- WHAT YOU HAVE TO DO: Working from the records below, repeat exactly the lines starting at the line that contains "f 235 245 318" and ending at the line that contains "f 202 206 327", inclusive.

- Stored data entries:
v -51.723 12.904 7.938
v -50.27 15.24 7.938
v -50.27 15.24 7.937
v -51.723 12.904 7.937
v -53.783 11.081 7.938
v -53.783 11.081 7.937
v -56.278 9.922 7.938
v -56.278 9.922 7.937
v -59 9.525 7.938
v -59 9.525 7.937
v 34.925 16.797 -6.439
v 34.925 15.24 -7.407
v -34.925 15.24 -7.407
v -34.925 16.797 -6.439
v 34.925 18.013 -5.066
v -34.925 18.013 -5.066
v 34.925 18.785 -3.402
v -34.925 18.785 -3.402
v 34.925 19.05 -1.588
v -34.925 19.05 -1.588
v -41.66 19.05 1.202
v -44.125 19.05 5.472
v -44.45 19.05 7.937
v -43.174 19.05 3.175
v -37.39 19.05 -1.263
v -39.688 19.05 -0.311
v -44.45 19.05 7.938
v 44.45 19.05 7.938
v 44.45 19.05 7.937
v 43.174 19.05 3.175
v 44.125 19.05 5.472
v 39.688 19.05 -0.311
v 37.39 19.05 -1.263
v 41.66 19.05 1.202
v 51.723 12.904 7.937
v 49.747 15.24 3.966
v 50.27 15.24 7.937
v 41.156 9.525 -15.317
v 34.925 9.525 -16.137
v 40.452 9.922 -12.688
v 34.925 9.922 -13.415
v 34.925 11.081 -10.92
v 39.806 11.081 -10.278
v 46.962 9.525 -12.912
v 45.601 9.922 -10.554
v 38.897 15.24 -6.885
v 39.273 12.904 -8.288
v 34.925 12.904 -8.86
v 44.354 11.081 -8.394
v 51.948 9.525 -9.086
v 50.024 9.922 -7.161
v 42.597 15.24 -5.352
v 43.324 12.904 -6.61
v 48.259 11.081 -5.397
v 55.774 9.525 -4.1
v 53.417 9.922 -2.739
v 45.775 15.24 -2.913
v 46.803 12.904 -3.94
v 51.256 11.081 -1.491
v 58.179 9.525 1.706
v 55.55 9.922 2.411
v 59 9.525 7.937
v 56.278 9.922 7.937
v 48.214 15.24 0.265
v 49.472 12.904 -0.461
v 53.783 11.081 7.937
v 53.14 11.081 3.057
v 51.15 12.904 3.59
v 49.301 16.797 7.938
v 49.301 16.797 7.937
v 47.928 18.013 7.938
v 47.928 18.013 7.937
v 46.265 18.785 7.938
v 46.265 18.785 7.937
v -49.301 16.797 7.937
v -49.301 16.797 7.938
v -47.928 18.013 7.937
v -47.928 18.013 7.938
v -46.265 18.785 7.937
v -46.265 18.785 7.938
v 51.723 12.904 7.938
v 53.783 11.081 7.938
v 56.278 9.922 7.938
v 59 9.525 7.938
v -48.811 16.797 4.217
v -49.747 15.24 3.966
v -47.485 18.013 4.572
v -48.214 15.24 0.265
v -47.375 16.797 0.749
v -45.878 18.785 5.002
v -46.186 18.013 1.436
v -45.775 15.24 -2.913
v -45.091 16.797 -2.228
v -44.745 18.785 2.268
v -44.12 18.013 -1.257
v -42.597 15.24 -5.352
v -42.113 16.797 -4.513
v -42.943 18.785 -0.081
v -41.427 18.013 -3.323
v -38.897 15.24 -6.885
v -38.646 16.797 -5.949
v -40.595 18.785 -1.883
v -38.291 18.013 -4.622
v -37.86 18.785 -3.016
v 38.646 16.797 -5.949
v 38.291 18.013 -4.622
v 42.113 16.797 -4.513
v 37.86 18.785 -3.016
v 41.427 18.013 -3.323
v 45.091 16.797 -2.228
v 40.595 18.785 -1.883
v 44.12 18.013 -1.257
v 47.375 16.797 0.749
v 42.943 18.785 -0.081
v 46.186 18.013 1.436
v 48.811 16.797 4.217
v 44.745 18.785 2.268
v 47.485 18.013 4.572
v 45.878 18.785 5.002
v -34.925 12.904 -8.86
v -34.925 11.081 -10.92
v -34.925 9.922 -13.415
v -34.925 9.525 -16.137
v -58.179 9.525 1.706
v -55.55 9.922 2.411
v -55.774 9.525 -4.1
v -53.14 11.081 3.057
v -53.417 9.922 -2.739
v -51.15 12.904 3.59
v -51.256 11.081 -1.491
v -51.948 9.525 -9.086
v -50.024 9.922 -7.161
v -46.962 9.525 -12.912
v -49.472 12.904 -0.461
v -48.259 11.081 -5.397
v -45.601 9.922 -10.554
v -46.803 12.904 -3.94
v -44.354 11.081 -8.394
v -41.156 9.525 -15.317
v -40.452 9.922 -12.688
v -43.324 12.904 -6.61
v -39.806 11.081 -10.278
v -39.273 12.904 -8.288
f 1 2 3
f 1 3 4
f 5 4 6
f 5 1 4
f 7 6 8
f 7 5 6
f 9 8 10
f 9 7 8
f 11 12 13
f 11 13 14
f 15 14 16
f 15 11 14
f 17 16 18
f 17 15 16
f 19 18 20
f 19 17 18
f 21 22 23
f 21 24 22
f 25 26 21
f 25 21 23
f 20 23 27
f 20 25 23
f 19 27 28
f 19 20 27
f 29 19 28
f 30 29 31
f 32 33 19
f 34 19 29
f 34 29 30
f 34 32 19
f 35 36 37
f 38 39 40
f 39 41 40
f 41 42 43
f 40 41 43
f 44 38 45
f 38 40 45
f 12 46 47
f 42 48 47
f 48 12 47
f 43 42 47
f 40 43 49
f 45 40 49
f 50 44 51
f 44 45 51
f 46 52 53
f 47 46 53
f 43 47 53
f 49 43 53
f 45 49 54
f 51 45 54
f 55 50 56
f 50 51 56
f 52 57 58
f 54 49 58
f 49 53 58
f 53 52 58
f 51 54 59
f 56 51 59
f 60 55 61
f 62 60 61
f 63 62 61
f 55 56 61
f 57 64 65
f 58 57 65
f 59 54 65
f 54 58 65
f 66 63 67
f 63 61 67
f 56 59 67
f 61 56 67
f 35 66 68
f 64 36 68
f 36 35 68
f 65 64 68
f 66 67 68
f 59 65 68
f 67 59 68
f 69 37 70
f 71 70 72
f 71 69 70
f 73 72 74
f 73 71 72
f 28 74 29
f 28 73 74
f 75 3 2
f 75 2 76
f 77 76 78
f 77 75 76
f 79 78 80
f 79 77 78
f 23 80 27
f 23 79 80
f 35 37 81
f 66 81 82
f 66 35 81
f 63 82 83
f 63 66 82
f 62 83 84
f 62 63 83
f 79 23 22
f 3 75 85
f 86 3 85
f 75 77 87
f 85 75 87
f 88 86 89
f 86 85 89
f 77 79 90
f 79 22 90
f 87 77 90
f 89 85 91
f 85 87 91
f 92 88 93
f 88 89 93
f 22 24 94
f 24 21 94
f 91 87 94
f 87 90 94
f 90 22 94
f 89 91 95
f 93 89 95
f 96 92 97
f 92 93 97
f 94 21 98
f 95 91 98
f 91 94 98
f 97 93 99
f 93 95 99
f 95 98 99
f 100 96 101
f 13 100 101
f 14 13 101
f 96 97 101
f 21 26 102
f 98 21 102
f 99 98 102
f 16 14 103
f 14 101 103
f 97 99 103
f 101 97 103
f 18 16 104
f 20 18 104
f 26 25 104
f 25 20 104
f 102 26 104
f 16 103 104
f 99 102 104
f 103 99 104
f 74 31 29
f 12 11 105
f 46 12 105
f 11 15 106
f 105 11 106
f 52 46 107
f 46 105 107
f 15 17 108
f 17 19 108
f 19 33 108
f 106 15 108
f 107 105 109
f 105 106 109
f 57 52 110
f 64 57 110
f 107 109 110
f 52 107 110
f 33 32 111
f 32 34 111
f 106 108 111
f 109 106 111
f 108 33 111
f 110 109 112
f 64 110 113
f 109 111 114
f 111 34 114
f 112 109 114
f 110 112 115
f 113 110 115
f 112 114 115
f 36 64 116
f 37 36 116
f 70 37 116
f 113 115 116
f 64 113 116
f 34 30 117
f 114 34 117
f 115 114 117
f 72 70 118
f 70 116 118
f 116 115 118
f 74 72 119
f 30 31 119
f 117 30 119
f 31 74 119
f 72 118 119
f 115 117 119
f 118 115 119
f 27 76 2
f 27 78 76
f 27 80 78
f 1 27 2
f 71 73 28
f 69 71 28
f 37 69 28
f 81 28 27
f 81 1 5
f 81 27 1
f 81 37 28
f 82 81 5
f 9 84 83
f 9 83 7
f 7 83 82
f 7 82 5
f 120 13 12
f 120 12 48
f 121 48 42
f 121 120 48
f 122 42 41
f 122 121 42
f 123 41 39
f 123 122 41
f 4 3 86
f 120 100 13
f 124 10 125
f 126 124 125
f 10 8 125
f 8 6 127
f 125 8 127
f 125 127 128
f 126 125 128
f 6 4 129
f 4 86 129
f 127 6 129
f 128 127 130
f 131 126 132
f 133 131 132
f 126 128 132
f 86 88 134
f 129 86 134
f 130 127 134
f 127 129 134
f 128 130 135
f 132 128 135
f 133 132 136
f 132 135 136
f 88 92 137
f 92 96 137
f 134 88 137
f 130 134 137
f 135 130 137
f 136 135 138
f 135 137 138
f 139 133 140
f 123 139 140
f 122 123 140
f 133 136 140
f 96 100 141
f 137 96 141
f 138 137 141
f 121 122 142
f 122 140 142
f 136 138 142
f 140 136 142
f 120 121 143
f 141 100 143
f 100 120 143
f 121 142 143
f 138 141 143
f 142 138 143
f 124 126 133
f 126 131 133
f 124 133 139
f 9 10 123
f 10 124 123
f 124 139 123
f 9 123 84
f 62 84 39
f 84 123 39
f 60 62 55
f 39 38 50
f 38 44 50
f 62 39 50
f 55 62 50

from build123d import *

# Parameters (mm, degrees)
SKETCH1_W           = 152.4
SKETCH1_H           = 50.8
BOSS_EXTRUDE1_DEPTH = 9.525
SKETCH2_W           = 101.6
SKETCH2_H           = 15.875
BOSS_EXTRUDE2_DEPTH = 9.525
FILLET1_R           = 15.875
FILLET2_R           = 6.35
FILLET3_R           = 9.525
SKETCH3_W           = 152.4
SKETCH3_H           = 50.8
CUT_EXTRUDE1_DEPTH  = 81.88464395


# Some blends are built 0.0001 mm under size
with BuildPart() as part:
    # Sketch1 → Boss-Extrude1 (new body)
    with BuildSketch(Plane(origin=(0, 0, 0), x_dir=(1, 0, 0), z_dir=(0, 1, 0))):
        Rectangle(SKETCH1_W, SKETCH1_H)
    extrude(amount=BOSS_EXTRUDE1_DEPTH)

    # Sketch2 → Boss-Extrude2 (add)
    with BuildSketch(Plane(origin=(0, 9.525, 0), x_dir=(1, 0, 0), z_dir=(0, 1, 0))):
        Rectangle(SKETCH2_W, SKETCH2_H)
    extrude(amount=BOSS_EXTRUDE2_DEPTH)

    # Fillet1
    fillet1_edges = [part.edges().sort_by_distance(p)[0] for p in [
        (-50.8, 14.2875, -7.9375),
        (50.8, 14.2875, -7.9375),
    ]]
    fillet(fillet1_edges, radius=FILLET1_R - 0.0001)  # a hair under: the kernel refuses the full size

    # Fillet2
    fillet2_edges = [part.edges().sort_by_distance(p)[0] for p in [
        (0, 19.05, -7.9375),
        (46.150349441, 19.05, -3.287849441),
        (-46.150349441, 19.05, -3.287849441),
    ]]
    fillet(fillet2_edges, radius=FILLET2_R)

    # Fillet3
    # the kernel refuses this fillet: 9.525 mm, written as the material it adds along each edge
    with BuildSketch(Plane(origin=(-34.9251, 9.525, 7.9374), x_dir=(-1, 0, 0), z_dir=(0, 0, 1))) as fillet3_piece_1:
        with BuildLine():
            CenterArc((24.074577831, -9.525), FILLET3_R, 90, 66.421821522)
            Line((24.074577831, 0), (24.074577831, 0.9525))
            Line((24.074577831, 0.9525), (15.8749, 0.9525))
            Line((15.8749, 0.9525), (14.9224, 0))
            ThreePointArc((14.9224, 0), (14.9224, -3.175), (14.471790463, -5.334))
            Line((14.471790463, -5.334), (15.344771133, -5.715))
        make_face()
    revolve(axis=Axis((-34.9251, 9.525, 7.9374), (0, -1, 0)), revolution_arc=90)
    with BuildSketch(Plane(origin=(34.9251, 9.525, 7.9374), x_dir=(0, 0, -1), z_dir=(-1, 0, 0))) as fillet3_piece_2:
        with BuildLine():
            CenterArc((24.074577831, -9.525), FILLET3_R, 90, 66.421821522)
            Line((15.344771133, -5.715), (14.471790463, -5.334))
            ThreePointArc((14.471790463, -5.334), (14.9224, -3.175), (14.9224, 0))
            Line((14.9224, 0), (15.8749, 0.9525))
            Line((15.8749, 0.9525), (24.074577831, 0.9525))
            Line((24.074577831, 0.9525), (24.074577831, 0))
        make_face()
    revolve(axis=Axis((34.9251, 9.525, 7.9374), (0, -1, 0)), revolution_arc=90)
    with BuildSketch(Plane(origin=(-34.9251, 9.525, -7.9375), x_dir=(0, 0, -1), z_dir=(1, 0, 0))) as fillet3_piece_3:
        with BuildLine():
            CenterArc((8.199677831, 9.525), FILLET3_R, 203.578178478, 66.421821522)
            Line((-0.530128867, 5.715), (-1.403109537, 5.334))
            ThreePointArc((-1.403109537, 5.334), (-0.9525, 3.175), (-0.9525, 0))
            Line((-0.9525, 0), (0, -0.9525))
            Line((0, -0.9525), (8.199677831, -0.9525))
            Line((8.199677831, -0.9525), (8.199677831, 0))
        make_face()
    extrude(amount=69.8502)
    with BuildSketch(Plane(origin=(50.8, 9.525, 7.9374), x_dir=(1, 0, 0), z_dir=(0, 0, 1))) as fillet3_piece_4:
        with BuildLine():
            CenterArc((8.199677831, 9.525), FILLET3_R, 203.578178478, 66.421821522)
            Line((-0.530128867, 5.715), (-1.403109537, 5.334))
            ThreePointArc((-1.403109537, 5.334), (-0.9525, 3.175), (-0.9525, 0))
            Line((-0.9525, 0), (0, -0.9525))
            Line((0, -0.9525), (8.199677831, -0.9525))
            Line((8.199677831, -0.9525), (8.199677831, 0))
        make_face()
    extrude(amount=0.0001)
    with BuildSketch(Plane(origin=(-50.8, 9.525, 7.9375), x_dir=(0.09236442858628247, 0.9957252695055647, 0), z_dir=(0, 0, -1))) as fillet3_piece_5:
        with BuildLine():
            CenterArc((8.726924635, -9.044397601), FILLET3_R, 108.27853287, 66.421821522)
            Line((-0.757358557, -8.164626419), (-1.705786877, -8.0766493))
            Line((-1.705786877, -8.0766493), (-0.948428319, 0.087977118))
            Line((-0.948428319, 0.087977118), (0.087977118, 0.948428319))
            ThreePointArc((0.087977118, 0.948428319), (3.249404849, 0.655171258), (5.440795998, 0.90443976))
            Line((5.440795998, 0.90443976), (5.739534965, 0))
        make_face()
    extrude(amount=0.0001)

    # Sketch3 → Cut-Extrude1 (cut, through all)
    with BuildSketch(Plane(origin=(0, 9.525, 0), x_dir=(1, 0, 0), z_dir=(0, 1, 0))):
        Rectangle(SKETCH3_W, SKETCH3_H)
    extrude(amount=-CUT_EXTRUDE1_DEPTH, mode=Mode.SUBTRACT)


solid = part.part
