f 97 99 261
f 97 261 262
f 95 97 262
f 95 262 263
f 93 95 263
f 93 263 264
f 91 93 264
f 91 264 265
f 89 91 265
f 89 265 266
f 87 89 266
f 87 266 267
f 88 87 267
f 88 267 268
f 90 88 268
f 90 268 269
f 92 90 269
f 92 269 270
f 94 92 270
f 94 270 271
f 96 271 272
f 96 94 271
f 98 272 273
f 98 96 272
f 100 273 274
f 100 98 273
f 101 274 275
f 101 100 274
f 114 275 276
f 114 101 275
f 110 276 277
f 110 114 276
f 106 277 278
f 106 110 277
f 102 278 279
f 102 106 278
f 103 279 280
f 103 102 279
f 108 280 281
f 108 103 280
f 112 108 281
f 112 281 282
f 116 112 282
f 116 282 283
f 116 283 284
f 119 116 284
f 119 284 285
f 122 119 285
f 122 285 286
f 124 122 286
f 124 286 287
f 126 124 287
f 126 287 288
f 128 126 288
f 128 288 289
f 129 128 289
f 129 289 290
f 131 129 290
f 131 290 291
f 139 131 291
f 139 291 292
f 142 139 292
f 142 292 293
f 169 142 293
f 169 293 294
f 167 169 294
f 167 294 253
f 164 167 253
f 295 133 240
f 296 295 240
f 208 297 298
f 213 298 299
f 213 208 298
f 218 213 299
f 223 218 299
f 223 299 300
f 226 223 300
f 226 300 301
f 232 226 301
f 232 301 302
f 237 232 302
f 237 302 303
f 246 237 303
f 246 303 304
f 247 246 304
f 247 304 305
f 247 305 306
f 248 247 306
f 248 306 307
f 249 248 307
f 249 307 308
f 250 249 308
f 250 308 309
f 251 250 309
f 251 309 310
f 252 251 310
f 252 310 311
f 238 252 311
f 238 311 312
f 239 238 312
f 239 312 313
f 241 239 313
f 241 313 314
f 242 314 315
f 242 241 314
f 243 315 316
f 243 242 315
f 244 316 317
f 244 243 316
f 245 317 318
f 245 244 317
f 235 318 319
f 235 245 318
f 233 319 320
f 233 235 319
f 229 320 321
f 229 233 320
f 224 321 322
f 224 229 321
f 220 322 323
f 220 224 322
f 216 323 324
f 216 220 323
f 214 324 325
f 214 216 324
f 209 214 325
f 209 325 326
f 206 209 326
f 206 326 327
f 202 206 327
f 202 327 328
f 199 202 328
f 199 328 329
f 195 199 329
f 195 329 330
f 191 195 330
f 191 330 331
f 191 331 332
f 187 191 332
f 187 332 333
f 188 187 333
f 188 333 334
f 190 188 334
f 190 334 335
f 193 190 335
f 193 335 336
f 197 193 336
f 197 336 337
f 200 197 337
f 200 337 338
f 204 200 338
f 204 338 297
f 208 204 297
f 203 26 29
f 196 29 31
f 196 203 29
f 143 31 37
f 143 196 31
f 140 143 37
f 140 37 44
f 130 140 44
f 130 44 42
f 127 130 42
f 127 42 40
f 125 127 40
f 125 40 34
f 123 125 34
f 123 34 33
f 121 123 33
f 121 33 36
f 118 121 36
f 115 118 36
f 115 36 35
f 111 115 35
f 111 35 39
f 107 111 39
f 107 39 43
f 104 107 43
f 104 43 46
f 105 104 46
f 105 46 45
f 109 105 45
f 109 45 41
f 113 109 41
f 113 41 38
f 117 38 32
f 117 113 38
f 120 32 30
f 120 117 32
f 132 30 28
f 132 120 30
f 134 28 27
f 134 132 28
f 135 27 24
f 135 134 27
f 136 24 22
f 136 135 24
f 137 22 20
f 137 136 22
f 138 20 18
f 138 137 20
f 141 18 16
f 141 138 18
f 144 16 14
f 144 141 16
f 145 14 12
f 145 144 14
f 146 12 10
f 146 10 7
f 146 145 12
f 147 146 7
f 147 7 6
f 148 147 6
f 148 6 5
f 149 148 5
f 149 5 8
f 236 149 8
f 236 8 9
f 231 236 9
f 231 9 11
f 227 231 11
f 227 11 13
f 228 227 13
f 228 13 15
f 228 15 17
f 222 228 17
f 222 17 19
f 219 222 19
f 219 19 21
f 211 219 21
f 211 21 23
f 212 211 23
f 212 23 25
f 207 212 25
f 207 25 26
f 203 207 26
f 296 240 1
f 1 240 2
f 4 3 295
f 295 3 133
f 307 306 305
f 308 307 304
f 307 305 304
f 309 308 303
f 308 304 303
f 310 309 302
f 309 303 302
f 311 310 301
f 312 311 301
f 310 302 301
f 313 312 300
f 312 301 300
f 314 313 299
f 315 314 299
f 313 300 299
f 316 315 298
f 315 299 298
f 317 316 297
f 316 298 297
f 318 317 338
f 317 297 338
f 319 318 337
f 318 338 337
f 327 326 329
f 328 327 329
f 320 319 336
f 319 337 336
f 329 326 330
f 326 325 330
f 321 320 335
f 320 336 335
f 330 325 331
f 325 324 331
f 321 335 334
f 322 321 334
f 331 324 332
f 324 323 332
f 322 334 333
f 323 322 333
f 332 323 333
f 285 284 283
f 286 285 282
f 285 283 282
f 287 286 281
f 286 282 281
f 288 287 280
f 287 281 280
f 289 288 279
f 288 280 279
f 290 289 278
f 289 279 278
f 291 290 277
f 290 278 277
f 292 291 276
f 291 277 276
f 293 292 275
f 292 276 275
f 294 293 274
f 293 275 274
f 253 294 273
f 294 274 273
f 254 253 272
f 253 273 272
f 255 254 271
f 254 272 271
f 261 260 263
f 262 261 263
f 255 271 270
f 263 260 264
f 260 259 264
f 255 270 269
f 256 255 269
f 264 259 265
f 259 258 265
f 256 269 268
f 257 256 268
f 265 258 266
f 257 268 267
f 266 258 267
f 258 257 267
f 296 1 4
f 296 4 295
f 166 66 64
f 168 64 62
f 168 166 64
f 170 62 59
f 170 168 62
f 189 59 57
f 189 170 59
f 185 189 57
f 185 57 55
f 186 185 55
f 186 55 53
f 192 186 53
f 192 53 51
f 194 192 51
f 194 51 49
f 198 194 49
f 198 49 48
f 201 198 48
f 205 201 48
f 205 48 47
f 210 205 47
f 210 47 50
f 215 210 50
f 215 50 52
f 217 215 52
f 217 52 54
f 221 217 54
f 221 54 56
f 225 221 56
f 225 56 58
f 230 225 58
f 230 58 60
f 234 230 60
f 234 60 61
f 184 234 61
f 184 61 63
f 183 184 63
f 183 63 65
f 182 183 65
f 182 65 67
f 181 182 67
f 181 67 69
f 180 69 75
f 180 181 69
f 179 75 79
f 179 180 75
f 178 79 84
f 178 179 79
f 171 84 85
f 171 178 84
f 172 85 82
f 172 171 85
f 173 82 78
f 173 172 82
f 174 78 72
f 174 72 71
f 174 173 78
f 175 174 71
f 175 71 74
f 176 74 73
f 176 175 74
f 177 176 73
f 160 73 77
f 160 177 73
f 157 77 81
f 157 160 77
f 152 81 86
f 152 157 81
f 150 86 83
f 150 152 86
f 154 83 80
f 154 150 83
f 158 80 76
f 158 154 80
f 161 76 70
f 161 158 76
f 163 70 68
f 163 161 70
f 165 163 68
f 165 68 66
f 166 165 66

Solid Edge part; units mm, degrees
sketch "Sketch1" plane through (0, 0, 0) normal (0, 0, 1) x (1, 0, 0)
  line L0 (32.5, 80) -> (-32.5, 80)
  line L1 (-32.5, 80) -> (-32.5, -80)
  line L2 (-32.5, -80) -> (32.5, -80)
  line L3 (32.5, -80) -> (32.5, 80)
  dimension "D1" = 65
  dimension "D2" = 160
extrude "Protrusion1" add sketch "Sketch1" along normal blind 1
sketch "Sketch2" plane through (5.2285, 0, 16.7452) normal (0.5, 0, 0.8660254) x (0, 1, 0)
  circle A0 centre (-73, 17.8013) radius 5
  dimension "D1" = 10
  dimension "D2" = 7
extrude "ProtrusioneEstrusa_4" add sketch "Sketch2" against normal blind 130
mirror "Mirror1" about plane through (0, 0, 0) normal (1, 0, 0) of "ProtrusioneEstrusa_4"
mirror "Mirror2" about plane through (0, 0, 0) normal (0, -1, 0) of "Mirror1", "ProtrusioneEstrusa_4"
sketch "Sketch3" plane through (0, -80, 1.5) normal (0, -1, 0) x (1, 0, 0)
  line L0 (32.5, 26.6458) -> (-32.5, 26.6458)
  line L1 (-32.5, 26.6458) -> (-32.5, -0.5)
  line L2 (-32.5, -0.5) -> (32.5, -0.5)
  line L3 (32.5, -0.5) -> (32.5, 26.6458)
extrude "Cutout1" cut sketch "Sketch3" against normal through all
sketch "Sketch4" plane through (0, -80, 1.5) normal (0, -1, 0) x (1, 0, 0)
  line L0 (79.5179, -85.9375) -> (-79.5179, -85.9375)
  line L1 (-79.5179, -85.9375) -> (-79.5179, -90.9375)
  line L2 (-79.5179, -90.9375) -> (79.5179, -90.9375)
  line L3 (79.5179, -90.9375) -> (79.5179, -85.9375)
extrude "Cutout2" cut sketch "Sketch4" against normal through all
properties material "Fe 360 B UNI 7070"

- EXERCISE SOLUTION:
f 235 245 318
f 233 319 320
f 233 235 319
f 229 320 321
f 229 233 320
f 224 321 322
f 224 229 321
f 220 322 323
f 220 224 322
f 216 323 324
f 216 220 323
f 214 324 325
f 214 216 324
f 209 214 325
f 209 325 326
f 206 209 326
f 206 326 327
f 202 206 327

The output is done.